:: Exercise description ::
Each line from the start of the records through the line containing "#157=PLANE('',#156);" is to be transcribed exactly, and no other line is to be included.

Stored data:
.....

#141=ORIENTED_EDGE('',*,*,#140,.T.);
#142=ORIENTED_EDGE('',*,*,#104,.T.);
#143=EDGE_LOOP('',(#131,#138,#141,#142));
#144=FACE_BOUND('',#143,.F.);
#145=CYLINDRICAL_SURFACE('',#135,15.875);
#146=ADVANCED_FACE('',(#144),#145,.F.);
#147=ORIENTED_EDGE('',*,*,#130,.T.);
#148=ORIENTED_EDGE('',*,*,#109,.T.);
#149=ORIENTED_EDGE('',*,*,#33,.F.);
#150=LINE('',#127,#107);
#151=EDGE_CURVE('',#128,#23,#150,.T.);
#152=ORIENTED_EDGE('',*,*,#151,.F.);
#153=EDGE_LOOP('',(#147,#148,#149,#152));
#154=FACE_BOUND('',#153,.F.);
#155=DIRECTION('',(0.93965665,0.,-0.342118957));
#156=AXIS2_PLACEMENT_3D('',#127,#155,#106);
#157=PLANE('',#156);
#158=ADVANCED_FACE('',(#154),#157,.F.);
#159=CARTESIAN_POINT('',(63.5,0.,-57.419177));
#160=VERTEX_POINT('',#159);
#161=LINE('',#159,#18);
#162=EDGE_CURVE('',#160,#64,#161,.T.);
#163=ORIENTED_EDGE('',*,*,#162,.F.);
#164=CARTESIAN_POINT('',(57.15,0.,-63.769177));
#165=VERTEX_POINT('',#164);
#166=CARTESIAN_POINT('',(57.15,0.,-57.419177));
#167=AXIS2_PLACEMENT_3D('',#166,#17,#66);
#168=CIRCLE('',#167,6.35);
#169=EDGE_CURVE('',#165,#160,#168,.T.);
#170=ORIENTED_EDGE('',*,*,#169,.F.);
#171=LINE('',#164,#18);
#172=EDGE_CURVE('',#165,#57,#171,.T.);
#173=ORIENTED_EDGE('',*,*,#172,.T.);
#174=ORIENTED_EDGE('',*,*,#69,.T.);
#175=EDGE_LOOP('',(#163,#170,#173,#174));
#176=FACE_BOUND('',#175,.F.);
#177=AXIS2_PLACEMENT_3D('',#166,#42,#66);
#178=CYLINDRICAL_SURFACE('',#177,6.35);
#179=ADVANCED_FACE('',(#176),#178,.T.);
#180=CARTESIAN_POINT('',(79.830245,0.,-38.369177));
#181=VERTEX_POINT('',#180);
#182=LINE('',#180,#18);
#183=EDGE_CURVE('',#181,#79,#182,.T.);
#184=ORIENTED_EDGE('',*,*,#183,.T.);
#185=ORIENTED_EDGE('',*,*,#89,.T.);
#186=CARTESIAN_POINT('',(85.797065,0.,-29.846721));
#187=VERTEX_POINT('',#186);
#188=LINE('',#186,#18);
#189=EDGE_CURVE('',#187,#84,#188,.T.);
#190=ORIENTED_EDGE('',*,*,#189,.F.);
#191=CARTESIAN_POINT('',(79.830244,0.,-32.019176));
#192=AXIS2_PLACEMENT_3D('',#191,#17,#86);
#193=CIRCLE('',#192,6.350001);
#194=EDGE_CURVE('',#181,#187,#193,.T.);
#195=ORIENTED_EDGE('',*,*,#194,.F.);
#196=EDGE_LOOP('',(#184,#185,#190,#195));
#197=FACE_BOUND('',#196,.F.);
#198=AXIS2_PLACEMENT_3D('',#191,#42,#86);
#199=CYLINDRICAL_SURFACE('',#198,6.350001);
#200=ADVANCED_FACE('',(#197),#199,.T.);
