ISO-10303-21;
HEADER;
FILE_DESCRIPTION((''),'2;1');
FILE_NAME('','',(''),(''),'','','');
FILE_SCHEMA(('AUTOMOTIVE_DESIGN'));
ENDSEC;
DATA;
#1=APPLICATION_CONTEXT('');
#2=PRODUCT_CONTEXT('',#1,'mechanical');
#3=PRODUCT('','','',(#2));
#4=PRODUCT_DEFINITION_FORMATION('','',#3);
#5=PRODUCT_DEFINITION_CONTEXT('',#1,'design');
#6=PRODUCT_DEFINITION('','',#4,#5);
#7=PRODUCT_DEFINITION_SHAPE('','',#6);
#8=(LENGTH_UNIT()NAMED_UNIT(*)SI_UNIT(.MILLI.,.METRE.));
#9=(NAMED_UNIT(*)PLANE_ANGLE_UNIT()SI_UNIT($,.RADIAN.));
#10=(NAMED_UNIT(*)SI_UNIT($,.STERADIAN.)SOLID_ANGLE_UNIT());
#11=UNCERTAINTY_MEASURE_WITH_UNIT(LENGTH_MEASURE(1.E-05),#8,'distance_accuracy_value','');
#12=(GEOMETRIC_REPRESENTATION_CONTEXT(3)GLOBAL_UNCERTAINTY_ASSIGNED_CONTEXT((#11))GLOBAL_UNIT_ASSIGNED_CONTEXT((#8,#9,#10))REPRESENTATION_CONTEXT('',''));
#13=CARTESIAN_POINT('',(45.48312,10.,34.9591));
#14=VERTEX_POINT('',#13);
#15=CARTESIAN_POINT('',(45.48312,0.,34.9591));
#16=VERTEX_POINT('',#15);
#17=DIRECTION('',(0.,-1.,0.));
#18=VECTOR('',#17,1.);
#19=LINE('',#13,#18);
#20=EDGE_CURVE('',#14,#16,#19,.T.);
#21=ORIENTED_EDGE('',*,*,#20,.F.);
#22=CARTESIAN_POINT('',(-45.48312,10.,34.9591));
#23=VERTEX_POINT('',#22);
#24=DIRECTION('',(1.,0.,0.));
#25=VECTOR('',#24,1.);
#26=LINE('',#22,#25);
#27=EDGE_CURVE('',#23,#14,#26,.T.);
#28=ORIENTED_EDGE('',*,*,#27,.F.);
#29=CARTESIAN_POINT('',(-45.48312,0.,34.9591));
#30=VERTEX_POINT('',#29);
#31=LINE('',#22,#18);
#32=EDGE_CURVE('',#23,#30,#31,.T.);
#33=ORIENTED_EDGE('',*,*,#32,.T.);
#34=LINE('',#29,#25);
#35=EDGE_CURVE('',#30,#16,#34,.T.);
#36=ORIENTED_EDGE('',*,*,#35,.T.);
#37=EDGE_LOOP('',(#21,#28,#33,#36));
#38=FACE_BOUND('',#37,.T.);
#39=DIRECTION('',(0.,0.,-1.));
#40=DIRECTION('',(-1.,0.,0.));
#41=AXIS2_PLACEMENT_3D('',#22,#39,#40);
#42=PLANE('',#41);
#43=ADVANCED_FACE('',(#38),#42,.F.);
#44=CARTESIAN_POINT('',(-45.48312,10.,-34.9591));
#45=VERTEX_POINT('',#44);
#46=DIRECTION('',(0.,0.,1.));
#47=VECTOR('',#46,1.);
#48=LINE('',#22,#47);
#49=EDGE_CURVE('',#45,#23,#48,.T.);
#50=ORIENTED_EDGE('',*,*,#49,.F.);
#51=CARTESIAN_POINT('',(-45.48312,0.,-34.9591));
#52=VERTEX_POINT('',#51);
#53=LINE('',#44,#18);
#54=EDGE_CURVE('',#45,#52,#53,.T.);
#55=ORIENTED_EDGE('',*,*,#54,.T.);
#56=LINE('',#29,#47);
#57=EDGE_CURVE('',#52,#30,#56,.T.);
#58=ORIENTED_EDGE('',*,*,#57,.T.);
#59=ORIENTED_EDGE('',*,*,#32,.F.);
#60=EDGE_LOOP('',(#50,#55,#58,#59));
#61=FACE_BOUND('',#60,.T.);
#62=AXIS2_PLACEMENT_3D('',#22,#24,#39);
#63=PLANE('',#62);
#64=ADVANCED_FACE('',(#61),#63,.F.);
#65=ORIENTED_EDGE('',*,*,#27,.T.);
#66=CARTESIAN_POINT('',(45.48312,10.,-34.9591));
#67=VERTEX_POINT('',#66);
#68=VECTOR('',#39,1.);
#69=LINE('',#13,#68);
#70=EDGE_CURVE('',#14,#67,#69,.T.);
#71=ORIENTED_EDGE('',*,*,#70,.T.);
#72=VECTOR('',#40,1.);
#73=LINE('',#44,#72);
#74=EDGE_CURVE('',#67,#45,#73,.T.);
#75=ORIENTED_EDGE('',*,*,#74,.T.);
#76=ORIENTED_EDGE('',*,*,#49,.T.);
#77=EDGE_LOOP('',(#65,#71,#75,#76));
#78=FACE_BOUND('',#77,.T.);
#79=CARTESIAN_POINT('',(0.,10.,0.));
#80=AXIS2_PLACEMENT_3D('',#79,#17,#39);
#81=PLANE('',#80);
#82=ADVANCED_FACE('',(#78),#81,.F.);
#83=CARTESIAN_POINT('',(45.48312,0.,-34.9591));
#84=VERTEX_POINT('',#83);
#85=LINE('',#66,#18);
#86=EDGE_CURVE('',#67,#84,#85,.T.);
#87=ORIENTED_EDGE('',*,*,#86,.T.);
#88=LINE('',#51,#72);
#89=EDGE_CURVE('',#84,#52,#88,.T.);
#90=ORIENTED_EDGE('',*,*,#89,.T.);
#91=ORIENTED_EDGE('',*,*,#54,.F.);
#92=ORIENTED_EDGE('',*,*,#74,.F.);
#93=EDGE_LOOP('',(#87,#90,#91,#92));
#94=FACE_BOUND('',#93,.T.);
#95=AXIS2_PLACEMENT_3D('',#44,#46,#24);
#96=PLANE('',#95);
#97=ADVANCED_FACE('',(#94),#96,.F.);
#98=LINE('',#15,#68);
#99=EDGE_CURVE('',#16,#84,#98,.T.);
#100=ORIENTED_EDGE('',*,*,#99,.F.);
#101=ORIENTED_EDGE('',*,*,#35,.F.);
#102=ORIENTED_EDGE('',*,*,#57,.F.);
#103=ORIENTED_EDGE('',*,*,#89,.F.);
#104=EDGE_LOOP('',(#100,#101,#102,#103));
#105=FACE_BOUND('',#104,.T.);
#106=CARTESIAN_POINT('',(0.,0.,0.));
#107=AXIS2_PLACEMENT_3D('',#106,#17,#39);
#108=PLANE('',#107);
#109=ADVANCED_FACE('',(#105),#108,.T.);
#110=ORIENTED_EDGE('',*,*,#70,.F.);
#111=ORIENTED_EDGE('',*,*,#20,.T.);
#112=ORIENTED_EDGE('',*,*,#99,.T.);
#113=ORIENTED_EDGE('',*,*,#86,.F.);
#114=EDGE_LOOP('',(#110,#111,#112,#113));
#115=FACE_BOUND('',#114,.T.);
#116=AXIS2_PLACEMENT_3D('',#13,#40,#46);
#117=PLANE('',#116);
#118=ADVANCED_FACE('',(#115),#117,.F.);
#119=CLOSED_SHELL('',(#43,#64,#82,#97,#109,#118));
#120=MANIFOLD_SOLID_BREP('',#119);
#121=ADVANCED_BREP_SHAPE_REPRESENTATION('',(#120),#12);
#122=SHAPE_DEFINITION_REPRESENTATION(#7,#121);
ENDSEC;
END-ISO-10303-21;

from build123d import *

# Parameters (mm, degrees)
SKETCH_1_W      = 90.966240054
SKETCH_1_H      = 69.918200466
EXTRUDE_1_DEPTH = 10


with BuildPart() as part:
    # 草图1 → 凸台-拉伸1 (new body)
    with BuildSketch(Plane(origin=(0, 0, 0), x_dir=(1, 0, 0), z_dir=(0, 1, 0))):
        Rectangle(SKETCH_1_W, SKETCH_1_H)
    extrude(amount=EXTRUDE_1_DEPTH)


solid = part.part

.....

:: Task output ::
#141=ORIENTED_EDGE('',*,*,#140,.T.);
#142=ORIENTED_EDGE('',*,*,#104,.T.);
#143=EDGE_LOOP('',(#131,#138,#141,#142));
#144=FACE_BOUND('',#143,.F.);
#145=CYLINDRICAL_SURFACE('',#135,15.875);
#146=ADVANCED_FACE('',(#144),#145,.F.);
#147=ORIENTED_EDGE('',*,*,#130,.T.);
#148=ORIENTED_EDGE('',*,*,#109,.T.);
#149=ORIENTED_EDGE('',*,*,#33,.F.);
#150=LINE('',#127,#107);
#151=EDGE_CURVE('',#128,#23,#150,.T.);
#152=ORIENTED_EDGE('',*,*,#151,.F.);
#153=EDGE_LOOP('',(#147,#148,#149,#152));
#154=FACE_BOUND('',#153,.F.);
#155=DIRECTION('',(0.93965665,0.,-0.342118957));
#156=AXIS2_PLACEMENT_3D('',#127,#155,#106);
#157=PLANE('',#156);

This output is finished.